Provided information:
====

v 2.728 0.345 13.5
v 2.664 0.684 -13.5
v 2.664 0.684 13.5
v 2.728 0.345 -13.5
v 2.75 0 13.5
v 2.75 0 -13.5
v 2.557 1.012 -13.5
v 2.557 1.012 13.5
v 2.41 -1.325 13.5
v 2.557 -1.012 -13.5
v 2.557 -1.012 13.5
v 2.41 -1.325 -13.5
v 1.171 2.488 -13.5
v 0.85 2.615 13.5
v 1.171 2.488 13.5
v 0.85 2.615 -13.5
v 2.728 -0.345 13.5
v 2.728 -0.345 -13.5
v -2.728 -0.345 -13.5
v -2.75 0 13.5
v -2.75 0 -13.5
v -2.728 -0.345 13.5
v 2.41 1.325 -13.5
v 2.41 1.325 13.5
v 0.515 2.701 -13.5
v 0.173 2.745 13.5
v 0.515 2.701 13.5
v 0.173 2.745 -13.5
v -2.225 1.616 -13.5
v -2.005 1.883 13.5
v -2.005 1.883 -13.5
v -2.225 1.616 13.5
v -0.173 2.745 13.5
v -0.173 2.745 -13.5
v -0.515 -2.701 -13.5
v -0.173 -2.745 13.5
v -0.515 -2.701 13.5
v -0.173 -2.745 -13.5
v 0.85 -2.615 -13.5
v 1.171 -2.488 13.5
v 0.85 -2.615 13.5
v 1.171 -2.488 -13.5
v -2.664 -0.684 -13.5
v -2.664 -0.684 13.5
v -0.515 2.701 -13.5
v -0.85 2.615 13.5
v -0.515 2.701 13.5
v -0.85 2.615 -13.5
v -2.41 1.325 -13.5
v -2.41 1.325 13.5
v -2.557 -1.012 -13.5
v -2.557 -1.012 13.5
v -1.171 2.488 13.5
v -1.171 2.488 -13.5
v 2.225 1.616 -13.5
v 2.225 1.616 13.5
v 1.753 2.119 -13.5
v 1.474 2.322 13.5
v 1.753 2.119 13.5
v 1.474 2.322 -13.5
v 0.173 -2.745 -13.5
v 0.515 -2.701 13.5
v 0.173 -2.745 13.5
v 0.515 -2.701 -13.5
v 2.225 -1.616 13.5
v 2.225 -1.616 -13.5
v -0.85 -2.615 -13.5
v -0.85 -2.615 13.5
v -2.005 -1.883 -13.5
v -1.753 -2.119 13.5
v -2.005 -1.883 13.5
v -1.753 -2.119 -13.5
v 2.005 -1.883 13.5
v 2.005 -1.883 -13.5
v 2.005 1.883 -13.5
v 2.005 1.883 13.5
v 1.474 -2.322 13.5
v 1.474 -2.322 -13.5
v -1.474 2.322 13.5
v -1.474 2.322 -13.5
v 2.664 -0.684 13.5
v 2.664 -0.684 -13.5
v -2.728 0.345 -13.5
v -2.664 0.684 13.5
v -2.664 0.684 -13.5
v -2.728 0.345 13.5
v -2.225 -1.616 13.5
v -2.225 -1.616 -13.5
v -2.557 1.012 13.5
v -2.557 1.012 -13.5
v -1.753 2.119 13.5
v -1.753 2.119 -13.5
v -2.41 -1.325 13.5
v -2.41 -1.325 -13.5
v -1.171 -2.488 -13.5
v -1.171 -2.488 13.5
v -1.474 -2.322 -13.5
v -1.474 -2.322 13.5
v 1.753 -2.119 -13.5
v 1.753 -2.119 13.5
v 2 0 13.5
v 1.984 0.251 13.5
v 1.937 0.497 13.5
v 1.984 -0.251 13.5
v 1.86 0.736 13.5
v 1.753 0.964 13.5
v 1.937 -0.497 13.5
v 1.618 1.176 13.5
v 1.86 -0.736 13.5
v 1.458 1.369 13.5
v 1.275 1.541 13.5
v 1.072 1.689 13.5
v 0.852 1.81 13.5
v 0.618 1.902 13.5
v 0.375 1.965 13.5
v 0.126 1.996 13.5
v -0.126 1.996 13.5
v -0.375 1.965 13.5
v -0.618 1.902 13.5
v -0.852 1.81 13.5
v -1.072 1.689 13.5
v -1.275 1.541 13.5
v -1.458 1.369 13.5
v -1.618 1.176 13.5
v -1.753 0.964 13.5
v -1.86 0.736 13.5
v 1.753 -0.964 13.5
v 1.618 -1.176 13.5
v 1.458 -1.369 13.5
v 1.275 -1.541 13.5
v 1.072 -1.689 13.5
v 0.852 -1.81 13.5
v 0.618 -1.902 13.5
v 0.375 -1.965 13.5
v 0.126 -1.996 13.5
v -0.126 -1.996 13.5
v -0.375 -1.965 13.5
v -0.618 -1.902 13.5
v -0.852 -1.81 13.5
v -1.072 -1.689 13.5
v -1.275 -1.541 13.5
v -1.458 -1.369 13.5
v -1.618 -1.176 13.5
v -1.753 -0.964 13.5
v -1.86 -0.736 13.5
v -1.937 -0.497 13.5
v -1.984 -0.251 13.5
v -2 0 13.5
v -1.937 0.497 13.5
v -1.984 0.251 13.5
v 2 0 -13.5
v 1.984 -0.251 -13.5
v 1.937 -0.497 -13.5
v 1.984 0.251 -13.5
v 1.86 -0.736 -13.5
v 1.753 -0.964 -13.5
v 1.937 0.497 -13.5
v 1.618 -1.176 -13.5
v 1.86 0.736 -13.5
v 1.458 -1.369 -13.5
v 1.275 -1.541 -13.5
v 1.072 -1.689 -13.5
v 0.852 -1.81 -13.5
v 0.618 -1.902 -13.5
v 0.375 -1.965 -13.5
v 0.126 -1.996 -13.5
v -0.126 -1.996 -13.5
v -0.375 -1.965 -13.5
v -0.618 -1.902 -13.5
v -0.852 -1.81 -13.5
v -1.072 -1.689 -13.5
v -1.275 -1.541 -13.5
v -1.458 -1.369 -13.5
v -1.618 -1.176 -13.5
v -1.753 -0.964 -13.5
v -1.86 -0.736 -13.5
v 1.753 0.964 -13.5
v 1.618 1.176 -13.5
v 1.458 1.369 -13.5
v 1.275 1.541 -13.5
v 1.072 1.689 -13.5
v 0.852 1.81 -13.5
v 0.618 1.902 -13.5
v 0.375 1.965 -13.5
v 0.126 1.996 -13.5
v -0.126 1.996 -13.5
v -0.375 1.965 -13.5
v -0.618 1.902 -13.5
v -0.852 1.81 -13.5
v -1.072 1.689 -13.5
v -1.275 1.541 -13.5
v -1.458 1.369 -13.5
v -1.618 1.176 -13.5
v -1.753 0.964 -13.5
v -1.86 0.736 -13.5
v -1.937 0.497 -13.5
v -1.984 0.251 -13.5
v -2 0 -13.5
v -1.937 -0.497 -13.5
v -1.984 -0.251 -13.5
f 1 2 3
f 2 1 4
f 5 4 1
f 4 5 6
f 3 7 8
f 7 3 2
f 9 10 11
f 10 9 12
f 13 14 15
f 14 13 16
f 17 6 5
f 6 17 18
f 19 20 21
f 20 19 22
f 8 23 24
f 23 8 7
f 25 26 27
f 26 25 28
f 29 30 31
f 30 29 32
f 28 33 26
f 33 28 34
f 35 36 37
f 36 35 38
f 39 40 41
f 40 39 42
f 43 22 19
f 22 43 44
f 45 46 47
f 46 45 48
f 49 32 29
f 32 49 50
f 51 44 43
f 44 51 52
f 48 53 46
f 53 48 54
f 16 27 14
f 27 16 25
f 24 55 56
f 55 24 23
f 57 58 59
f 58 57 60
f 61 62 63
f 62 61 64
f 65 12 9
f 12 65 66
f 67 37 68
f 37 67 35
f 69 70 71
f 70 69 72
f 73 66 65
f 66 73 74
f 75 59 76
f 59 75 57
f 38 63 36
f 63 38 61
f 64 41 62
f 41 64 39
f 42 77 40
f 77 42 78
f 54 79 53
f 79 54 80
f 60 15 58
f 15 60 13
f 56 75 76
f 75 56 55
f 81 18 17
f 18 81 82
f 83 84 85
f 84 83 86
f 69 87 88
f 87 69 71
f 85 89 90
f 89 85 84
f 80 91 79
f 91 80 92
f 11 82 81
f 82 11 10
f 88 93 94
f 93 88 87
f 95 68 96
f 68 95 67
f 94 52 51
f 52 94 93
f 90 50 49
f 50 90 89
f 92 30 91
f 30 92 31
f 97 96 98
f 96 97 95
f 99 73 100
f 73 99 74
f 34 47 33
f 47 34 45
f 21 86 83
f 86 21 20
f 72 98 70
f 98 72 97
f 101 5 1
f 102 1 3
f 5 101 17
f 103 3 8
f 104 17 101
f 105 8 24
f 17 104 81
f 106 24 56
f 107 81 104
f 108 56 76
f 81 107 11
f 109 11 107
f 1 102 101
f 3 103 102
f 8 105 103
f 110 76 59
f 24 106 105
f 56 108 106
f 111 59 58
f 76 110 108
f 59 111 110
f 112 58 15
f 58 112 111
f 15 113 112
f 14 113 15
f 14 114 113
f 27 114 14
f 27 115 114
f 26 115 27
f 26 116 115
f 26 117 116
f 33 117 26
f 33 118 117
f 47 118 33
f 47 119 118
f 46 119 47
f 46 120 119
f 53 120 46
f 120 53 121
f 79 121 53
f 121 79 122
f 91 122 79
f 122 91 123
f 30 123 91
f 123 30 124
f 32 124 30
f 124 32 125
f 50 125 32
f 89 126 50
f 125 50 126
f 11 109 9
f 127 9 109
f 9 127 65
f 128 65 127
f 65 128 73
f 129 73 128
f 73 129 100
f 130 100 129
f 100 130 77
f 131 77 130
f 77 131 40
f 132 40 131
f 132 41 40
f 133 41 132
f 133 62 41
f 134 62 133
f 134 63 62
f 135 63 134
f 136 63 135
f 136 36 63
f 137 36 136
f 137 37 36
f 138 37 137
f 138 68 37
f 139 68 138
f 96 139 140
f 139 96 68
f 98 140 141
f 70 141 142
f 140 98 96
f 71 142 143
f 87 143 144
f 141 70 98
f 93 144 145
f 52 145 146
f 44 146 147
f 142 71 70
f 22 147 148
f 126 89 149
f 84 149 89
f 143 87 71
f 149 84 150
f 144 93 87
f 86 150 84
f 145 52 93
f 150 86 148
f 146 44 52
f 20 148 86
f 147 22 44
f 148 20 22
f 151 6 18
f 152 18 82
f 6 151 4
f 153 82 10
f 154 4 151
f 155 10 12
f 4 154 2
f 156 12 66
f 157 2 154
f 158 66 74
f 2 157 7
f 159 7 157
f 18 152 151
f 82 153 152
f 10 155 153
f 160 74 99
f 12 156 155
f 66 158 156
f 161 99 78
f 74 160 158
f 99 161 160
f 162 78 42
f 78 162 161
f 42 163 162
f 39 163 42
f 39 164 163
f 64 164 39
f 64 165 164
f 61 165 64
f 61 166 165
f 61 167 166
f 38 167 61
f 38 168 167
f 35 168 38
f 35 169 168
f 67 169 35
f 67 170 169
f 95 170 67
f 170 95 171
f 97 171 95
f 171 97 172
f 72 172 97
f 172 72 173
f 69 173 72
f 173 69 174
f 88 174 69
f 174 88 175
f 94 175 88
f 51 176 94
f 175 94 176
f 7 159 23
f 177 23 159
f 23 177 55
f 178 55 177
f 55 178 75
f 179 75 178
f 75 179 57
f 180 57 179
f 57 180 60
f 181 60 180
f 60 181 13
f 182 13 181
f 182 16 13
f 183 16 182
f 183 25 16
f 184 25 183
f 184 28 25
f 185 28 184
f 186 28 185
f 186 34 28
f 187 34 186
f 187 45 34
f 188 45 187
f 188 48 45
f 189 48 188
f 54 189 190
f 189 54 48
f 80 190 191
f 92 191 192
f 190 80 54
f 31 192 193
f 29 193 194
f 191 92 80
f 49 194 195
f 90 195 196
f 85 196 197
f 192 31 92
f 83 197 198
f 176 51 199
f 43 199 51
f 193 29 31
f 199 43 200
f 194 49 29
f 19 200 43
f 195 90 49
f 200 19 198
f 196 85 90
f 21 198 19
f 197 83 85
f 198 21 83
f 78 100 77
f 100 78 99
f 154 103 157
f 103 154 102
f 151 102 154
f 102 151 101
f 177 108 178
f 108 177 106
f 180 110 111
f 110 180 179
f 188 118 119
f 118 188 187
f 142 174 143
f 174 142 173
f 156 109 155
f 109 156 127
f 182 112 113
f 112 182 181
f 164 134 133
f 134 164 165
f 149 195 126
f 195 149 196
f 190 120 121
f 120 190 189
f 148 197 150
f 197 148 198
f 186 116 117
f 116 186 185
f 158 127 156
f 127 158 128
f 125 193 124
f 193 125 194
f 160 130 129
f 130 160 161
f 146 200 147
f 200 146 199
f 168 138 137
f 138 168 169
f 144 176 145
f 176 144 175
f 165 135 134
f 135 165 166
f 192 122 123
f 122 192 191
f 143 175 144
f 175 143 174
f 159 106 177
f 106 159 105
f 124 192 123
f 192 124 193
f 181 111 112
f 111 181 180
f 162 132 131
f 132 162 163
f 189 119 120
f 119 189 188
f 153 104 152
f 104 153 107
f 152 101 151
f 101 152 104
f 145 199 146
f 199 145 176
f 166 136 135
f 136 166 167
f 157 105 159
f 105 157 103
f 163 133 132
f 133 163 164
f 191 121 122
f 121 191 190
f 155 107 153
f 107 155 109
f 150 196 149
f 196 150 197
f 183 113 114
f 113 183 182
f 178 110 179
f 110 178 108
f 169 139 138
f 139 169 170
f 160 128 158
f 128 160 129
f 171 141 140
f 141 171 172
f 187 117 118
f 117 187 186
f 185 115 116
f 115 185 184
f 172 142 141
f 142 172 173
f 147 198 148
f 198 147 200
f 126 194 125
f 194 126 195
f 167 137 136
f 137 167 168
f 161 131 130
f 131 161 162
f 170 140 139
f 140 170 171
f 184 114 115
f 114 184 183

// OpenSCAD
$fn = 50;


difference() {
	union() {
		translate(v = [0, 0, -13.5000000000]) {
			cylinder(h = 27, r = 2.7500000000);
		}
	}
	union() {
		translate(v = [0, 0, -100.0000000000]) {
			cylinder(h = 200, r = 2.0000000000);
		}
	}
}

====

What this task involves:
Print, without alteration, only the lines above between the one holding "f 24 106 105" and the one holding "f 183 16 182", inclusive.

Solution to this task:
f 24 106 105
f 56 108 106
f 111 59 58
f 76 110 108
f 59 111 110
f 112 58 15
f 58 112 111
f 15 113 112
f 14 113 15
f 14 114 113
f 27 114 14
f 27 115 114
f 26 115 27
f 26 116 115
f 26 117 116
f 33 117 26
f 33 118 117
f 47 118 33
f 47 119 118
f 46 119 47
f 46 120 119
f 53 120 46
f 120 53 121
f 79 121 53
f 121 79 122
f 91 122 79
f 122 91 123
f 30 123 91
f 123 30 124
f 32 124 30
f 124 32 125
f 50 125 32
f 89 126 50
f 125 50 126
f 11 109 9
f 127 9 109
f 9 127 65
f 128 65 127
f 65 128 73
f 129 73 128
f 73 129 100
f 130 100 129
f 100 130 77
f 131 77 130
f 77 131 40
f 132 40 131
f 132 41 40
f 133 41 132
f 133 62 41
f 134 62 133
f 134 63 62
f 135 63 134
f 136 63 135
f 136 36 63
f 137 36 136
f 137 37 36
f 138 37 137
f 138 68 37
f 139 68 138
f 96 139 140
f 139 96 68
f 98 140 141
f 70 141 142
f 140 98 96
f 71 142 143
f 87 143 144
f 141 70 98
f 93 144 145
f 52 145 146
f 44 146 147
f 142 71 70
f 22 147 148
f 126 89 149
f 84 149 89
f 143 87 71
f 149 84 150
f 144 93 87
f 86 150 84
f 145 52 93
f 150 86 148
f 146 44 52
f 20 148 86
f 147 22 44
f 148 20 22
f 151 6 18
f 152 18 82
f 6 151 4
f 153 82 10
f 154 4 151
f 155 10 12
f 4 154 2
f 156 12 66
f 157 2 154
f 158 66 74
f 2 157 7
f 159 7 157
f 18 152 151
f 82 153 152
f 10 155 153
f 160 74 99
f 12 156 155
f 66 158 156
f 161 99 78
f 74 160 158
f 99 161 160
f 162 78 42
f 78 162 161
f 42 163 162
f 39 163 42
f 39 164 163
f 64 164 39
f 64 165 164
f 61 165 64
f 61 166 165
f 61 167 166
f 38 167 61
f 38 168 167
f 35 168 38
f 35 169 168
f 67 169 35
f 67 170 169
f 95 170 67
f 170 95 171
f 97 171 95
f 171 97 172
f 72 172 97
f 172 72 173
f 69 173 72
f 173 69 174
f 88 174 69
f 174 88 175
f 94 175 88
f 51 176 94
f 175 94 176
f 7 159 23
f 177 23 159
f 23 177 55
f 178 55 177
f 55 178 75
f 179 75 178
f 75 179 57
f 180 57 179
f 57 180 60
f 181 60 180
f 60 181 13
f 182 13 181
f 182 16 13
f 183 16 182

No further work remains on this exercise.